La CHR s’appuie sur le Plan d’action philippin pour la sécurité des journalistes (PPASJ) pour orienter ses actions. Elle s’engage à combler les lacunes en matière de protection des travailleurs des médias, en mettant l’accent sur la prévention, la protection juridique et physique, ainsi que sur le renforcement des politiques de sécurité.
La sécurité des journalistes ne se limite pas à leur intégrité physique, souligne la CHR. Elle englobe également la protection de leurs sources, la sécurité numérique, la liberté professionnelle et la mise en place de structures de soutien adaptées.
Pour mieux répondre aux besoins des journalistes sur le terrain, la CHR organise des rencontres et des consultations à travers le pays. Ces sessions permettent aux professionnels des médias de partager leurs préoccupations et de signaler les risques spécifiques auxquels ils sont confrontés. Les informations recueillies alimentent les stratégies de protection et les interventions politiques de la CHR.
La CHR a intégré son Forum des médias dans la caravane des droits humains « Lakbay Karapatan Tungo sa Kamalayan », dirigée par son président, Richard Palpal-latoc. Cette initiative vise à renforcer le dialogue entre les journalistes, les communautés locales et les autorités compétentes.
Afin de renforcer la mise en œuvre du PPASJ au niveau régional, la CHR a engagé des discussions avec le Centre des photojournalistes des Philippines et l’International Media Support. Des sessions de travail ont également été organisées avec le Groupe de travail présidentiel sur la sécurité des médias, notamment à Dumaguete, Baguio et Pagadian.
Le 27 août 2025, la CHR et le PTFoMS ont officialisé leur collaboration en signant un protocole d’accord visant à intensifier leurs efforts conjoints pour protéger les travailleurs des médias.
Dans le cadre de ses initiatives « Tanggol Mamamahayag », la CHR a mis en place un mécanisme d’alerte (« Alisto! ») et un groupe de travail dédié à la sécurité des journalistes. Ces dispositifs permettent de signaler rapidement les menaces et de coordonner les réponses appropriées.
La CHR propose également des formations sur l’approche du journalisme basée sur les droits de l’homme, afin de promouvoir une pratique journalistique éthique et respectueuse des principes fondamentaux des droits de l’homme.
L’institution soutient également la création de conseils de presse citoyens-médias, des espaces indépendants de dialogue et de responsabilisation éthique. Ces conseils peuvent contribuer à renforcer la confiance du public dans les médias et à promouvoir un journalisme responsable.

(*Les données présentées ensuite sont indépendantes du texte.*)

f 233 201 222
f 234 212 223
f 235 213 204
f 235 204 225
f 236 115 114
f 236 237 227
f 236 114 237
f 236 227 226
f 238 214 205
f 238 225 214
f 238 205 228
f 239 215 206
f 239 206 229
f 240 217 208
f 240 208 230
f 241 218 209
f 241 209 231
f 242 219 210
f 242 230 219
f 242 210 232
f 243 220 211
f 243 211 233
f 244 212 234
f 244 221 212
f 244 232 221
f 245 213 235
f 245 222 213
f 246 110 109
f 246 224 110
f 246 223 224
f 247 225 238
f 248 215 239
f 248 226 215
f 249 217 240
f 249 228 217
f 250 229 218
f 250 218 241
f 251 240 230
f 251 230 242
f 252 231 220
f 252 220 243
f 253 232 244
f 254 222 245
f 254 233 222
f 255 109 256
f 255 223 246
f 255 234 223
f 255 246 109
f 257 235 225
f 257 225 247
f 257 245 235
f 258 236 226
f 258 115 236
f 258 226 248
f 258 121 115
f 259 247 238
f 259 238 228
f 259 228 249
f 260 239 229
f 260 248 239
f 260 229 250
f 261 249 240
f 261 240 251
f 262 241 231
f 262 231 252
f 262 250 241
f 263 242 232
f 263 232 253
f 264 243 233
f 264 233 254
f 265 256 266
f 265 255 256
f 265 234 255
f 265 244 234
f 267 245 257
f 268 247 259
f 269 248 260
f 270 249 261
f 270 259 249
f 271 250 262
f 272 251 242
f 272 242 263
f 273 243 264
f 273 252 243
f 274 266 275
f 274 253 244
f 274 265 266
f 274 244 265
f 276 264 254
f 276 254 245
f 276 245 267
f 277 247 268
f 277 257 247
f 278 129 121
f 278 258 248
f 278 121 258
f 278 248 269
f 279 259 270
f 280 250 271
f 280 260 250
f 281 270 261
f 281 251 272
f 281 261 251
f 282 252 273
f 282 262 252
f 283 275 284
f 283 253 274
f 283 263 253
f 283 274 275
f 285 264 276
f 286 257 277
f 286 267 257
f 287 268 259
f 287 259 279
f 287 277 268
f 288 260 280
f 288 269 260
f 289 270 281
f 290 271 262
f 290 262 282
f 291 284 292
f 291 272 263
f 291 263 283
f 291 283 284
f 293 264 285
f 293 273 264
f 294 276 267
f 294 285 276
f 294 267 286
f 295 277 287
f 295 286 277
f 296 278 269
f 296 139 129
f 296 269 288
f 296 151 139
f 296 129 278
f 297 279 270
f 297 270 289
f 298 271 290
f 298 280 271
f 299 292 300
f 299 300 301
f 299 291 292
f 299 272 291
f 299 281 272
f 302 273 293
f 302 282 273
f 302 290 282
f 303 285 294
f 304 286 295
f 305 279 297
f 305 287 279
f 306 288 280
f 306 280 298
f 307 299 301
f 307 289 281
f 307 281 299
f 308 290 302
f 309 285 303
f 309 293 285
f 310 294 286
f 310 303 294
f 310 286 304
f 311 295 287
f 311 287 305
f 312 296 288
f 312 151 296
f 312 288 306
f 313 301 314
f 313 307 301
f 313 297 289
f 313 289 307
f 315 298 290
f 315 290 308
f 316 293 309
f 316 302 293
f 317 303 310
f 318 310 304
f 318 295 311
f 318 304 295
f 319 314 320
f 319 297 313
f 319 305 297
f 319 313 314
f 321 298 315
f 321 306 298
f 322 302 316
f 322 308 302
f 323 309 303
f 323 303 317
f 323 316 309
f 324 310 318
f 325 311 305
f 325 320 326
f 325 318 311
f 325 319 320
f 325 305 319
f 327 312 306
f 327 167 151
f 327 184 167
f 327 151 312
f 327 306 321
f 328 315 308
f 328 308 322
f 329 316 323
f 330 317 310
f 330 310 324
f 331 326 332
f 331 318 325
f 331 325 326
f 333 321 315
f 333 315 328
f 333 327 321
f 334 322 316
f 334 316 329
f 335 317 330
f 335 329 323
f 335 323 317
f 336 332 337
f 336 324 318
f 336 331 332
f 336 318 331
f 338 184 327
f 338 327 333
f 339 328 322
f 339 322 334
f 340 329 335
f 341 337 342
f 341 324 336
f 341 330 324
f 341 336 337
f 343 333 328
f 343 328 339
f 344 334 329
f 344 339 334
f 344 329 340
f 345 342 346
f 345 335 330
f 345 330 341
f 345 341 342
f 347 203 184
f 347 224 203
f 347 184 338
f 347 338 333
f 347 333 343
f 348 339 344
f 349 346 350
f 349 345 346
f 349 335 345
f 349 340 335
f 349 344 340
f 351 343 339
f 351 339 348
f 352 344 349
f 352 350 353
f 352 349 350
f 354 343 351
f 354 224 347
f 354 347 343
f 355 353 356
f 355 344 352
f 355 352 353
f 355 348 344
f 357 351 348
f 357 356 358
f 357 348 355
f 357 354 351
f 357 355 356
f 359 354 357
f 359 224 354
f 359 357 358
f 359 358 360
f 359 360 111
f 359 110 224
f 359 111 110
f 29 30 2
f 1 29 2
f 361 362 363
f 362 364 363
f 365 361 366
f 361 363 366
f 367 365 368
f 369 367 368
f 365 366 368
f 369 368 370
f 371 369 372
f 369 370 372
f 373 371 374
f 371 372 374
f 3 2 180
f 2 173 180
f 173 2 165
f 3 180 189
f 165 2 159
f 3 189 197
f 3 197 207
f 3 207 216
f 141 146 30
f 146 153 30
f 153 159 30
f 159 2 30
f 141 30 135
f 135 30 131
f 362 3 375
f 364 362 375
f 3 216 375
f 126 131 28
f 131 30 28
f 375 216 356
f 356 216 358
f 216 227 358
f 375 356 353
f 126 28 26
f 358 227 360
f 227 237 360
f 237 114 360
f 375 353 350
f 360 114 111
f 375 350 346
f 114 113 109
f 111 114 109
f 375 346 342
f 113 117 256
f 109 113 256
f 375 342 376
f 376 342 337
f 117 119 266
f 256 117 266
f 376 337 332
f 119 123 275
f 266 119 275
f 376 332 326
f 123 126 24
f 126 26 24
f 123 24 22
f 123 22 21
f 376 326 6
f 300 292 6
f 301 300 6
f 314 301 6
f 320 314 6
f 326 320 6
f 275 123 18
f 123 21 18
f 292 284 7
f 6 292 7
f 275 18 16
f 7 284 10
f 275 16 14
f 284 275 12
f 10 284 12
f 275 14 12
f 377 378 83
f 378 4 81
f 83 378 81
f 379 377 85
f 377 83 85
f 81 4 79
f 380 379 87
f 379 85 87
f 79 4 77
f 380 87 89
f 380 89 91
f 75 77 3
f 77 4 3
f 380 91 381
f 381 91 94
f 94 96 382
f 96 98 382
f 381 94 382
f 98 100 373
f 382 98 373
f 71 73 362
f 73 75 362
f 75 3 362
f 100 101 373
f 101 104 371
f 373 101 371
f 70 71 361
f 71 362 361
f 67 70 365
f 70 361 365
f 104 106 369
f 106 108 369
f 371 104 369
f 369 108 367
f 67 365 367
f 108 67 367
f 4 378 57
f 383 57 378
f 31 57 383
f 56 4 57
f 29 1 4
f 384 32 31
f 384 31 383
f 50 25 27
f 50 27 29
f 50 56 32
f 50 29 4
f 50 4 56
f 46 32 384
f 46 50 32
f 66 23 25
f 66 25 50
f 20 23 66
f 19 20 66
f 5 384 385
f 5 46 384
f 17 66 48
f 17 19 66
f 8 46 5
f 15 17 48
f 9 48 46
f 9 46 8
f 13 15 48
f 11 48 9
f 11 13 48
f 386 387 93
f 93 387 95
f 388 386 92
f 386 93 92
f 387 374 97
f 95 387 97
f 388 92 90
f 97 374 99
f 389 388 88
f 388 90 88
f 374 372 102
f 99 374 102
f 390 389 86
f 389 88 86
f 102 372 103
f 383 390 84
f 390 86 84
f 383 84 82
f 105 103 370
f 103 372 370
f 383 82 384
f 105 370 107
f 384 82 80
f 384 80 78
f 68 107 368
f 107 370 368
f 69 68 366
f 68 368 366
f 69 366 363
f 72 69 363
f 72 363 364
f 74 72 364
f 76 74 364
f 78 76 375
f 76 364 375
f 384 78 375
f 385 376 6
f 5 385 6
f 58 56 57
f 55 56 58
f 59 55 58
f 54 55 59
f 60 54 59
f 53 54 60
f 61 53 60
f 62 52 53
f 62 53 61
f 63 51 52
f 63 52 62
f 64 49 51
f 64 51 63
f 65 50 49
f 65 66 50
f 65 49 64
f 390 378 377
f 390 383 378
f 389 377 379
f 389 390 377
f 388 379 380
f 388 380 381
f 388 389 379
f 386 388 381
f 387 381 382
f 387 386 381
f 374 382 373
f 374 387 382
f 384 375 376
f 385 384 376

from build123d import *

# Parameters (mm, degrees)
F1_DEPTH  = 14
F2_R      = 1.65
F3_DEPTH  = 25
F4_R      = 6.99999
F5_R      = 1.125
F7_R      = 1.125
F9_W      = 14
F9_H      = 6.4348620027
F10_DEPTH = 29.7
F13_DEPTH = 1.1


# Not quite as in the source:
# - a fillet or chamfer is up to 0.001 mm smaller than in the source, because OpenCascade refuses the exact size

Au niveau législatif, la CHR plaide pour la décriminalisation de la diffamation et de la cyber-diffamation, estimant que l’emprisonnement pour ces infractions porte atteinte à la liberté d’expression et ouvre la voie à des poursuites judiciaires abusives. La CHR se réfère à l’article 19 du Pacte international relatif aux droits civils et politiques, qui stipule que les sanctions pénales sont incompatibles avec le discours démocratique, et préconise le remplacement de l’emprisonnement par des recours civils proportionnés.
La CHR s’inquiète également des risques spécifiques auxquels sont confrontées les femmes journalistes, notamment le harcèlement, les menaces et les attaques numériques. Un forum dédié aux femmes journalistes en tant que défenseures des droits humains, tenu le 28 novembre 2025, a mis en évidence ces défis et souligné la nécessité de mesures de protection ciblées.
La CHR considère les journalistes comme des défenseurs des droits humains dont le travail contribue à rendre les droits visibles. Elle réaffirme que la protection des journalistes relève du devoir de l’État de protéger les défenseurs des droits humains et de garantir le droit du public à la vérité.
La Semaine nationale de la presse est célébrée chaque année au cours de la deuxième semaine de février en vertu de la Proclamation n° 161.